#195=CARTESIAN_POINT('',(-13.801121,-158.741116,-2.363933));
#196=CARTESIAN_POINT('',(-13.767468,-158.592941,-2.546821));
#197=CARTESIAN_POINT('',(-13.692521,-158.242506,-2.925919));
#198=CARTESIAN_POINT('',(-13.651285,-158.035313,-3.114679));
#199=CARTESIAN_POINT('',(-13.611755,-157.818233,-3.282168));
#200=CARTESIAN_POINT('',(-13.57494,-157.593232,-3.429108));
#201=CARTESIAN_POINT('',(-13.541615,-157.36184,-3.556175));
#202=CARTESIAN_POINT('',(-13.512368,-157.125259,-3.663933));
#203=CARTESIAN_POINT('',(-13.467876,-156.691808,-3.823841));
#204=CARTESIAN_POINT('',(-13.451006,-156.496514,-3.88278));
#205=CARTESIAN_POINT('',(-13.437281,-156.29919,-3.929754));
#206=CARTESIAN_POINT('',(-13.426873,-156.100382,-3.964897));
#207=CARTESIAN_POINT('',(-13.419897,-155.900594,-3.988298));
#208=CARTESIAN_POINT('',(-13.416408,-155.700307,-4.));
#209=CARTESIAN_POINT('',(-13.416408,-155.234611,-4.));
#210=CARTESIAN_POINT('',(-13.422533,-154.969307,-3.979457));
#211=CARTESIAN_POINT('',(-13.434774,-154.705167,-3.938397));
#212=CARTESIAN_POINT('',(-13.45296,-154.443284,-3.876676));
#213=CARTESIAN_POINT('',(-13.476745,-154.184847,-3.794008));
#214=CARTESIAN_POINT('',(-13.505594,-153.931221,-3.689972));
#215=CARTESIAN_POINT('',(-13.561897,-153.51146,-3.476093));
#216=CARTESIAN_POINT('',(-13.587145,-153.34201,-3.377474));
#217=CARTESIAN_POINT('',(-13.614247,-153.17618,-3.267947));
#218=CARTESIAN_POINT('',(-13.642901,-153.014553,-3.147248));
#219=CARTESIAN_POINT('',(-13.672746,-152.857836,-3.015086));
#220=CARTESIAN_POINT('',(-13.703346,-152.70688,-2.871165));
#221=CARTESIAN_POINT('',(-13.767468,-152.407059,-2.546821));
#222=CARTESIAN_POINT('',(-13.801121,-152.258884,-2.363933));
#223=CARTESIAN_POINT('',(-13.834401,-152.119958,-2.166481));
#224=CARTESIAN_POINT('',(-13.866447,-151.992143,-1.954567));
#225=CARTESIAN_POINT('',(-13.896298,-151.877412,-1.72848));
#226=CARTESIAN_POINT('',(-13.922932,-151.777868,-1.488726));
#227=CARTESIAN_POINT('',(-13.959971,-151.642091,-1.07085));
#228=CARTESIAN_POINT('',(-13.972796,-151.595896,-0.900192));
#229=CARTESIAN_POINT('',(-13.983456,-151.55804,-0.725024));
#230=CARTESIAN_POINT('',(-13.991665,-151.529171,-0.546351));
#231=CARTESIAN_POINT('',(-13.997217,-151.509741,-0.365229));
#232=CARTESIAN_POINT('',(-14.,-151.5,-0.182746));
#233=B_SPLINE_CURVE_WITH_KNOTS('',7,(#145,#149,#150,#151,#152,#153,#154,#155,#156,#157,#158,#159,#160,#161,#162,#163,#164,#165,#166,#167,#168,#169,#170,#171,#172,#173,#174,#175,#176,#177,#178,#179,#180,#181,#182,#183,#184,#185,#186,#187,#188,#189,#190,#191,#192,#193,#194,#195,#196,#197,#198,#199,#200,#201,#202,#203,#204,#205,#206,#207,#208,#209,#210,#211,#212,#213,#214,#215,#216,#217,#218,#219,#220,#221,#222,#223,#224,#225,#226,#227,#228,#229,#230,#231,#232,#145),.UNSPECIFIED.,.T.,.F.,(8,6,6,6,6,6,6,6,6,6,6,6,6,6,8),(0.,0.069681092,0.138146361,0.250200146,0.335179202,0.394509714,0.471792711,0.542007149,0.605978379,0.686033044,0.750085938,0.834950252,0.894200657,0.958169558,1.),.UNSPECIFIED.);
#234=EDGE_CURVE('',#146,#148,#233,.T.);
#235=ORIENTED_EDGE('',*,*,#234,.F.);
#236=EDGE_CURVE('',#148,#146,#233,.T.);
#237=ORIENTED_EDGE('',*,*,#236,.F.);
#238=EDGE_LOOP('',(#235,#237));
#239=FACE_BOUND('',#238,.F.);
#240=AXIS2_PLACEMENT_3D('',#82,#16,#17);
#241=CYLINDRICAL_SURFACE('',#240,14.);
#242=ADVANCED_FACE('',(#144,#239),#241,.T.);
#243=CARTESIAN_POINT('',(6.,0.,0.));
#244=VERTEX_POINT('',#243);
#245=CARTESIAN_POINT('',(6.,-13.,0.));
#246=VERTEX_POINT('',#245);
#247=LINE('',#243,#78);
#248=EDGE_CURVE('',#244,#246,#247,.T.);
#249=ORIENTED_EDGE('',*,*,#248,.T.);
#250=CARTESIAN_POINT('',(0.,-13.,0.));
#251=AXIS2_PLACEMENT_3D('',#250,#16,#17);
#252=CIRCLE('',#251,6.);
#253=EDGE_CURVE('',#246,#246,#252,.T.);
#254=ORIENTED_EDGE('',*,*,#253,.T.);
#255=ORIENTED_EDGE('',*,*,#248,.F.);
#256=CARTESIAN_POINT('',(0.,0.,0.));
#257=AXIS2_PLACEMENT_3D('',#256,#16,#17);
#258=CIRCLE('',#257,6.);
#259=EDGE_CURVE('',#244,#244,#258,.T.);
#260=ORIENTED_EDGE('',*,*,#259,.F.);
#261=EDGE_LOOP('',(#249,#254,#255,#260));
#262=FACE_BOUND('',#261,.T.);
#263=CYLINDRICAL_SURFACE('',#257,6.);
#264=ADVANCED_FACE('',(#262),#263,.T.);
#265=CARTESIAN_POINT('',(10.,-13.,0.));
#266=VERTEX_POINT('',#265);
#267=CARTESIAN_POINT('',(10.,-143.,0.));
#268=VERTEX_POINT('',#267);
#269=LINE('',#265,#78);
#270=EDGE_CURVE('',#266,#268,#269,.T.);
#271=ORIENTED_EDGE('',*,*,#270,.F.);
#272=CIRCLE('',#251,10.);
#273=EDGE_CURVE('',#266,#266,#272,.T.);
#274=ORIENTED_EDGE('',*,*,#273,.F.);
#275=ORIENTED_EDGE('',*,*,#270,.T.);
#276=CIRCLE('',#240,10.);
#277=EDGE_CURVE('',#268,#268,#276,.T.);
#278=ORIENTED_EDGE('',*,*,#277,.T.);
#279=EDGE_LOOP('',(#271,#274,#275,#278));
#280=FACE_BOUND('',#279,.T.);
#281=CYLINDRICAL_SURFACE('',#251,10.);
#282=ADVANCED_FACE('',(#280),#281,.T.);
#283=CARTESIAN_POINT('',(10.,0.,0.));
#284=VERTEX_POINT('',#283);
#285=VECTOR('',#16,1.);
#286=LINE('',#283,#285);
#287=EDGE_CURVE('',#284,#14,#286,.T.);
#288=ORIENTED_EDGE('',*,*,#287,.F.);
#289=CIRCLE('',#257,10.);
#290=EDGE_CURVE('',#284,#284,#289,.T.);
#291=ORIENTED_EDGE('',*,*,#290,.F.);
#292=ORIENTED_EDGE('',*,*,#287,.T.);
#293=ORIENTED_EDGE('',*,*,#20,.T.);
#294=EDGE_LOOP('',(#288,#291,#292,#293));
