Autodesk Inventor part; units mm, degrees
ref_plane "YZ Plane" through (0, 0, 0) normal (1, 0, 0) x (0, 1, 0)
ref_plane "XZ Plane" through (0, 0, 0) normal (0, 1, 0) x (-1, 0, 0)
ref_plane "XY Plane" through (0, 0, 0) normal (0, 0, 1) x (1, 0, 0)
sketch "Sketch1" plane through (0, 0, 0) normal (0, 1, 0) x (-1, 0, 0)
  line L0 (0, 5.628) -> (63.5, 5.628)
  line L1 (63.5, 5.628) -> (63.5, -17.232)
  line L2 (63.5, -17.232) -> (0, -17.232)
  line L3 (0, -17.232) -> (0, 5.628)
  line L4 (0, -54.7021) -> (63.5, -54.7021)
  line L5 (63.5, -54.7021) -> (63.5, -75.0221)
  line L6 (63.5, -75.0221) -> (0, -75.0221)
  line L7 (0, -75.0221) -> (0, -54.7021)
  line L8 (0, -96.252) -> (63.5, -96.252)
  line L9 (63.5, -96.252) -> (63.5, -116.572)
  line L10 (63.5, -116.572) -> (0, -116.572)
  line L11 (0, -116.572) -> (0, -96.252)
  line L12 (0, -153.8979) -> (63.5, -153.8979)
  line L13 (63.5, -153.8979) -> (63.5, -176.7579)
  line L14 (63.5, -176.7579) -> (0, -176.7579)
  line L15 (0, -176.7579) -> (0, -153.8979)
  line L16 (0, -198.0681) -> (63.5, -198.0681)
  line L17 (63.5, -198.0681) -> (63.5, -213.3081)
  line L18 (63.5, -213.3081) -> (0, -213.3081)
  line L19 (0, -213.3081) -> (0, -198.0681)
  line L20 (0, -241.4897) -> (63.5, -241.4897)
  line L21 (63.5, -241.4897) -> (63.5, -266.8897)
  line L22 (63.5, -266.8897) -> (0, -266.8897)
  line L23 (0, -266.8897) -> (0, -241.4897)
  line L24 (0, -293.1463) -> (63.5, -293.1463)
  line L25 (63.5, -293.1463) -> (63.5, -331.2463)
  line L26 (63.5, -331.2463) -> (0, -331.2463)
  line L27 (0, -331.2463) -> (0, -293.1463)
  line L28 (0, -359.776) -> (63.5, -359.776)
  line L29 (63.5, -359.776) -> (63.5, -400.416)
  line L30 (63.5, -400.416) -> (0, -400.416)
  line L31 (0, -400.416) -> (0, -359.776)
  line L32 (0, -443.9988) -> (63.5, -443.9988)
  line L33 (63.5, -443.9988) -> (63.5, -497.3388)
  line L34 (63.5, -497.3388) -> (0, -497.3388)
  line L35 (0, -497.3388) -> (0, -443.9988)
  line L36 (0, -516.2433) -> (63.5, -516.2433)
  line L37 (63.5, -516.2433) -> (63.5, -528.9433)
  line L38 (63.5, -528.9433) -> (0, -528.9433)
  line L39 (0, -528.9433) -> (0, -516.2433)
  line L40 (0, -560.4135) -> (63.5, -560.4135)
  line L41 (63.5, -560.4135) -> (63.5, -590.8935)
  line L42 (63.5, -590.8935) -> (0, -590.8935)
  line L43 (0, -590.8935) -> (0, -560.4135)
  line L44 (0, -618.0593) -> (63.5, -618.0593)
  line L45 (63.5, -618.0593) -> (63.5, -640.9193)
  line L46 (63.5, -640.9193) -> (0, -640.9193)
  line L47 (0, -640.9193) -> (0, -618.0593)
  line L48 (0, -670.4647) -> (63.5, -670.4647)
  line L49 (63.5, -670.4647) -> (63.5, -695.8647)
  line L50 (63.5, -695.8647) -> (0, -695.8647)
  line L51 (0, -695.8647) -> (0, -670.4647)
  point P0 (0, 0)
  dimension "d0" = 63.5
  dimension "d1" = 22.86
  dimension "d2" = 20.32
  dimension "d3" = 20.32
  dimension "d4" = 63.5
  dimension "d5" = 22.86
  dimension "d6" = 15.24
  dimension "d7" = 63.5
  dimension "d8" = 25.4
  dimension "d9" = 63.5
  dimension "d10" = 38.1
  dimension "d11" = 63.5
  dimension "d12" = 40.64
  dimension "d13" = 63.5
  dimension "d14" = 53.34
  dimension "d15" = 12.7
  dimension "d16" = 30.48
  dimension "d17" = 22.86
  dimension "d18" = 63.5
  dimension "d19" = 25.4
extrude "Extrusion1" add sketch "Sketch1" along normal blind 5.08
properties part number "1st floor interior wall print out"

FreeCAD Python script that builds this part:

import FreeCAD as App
import Part
import Sketcher
from FreeCAD import Vector
Q = App.Units.Quantity

doc = App.newDocument("Part")
params = doc.addObject("Spreadsheet::Sheet", "Params")
for row, (alias, value) in enumerate([
    ("sketch1_height", "1 in"),
    ("sketch1_width", "2.5 in"),
    ("sketch1_height2", "0.9 in"),
    ("sketch1_height3", "0.8 in"),
    ("sketch1_height4", "0.6 in"),
    ("pad1_length", "0.2 in"),
], start=1):
    params.set(f"A{row}", alias)
    params.set(f"B{row}", "=" + value)
    params.setAlias(f"B{row}", alias)

body = doc.addObject("PartDesign::Body", "Body")
body.AllowCompound = True

# Sketch on XZ plane
sketch1 = body.newObject("Sketcher::SketchObject", "Sketch")
sketch1.AttachmentSupport = (doc.getObject("XZ_Plane"), [""])
sketch1.MapMode = "FlatFace"
sketch1.addGeometry(Part.LineSegment(Vector(-64, 6, 0), Vector(0, 6, 0)), False)
sketch1.addGeometry(Part.LineSegment(Vector(0, 6, 0), Vector(0, -17, 0)), False)
sketch1.addGeometry(Part.LineSegment(Vector(0, -17, 0), Vector(-64, -17, 0)), False)
sketch1.addGeometry(Part.LineSegment(Vector(-64, -17, 0), Vector(-64, 6, 0)), False)
sketch1.addGeometry(Part.LineSegment(Vector(-64, -55, 0), Vector(0, -55, 0)), False)
sketch1.addGeometry(Part.LineSegment(Vector(0, -55, 0), Vector(0, -75, 0)), False)
sketch1.addGeometry(Part.LineSegment(Vector(0, -75, 0), Vector(-64, -75, 0)), False)
sketch1.addGeometry(Part.LineSegment(Vector(-64, -75, 0), Vector(-64, -55, 0)), False)
sketch1.addGeometry(Part.LineSegment(Vector(-64, -96, 0), Vector(0, -96, 0)), False)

▶ Aim of the task: From the records above, copy only the lines starting with the line that holds "#260=ORIENTED_EDGE('',*,*,#259,.F.);" and going on through the line that holds "#291=ORIENTED_EDGE('',*,*,#290,.F.);", exactly as written.

▶ Answer:
#260=ORIENTED_EDGE('',*,*,#259,.F.);
#261=EDGE_LOOP('',(#249,#254,#255,#260));
#262=FACE_BOUND('',#261,.T.);
#263=CYLINDRICAL_SURFACE('',#257,6.);
#264=ADVANCED_FACE('',(#262),#263,.T.);
#265=CARTESIAN_POINT('',(10.,-13.,0.));
#266=VERTEX_POINT('',#265);
#267=CARTESIAN_POINT('',(10.,-143.,0.));
#268=VERTEX_POINT('',#267);
#269=LINE('',#265,#78);
#270=EDGE_CURVE('',#266,#268,#269,.T.);
#271=ORIENTED_EDGE('',*,*,#270,.F.);
#272=CIRCLE('',#251,10.);
#273=EDGE_CURVE('',#266,#266,#272,.T.);
#274=ORIENTED_EDGE('',*,*,#273,.F.);
#275=ORIENTED_EDGE('',*,*,#270,.T.);
#276=CIRCLE('',#240,10.);
#277=EDGE_CURVE('',#268,#268,#276,.T.);
#278=ORIENTED_EDGE('',*,*,#277,.T.);
#279=EDGE_LOOP('',(#271,#274,#275,#278));
#280=FACE_BOUND('',#279,.T.);
#281=CYLINDRICAL_SURFACE('',#251,10.);
#282=ADVANCED_FACE('',(#280),#281,.T.);
#283=CARTESIAN_POINT('',(10.,0.,0.));
#284=VERTEX_POINT('',#283);
#285=VECTOR('',#16,1.);
#286=LINE('',#283,#285);
#287=EDGE_CURVE('',#284,#14,#286,.T.);
#288=ORIENTED_EDGE('',*,*,#287,.F.);
#289=CIRCLE('',#257,10.);
#290=EDGE_CURVE('',#284,#284,#289,.T.);
#291=ORIENTED_EDGE('',*,*,#290,.F.);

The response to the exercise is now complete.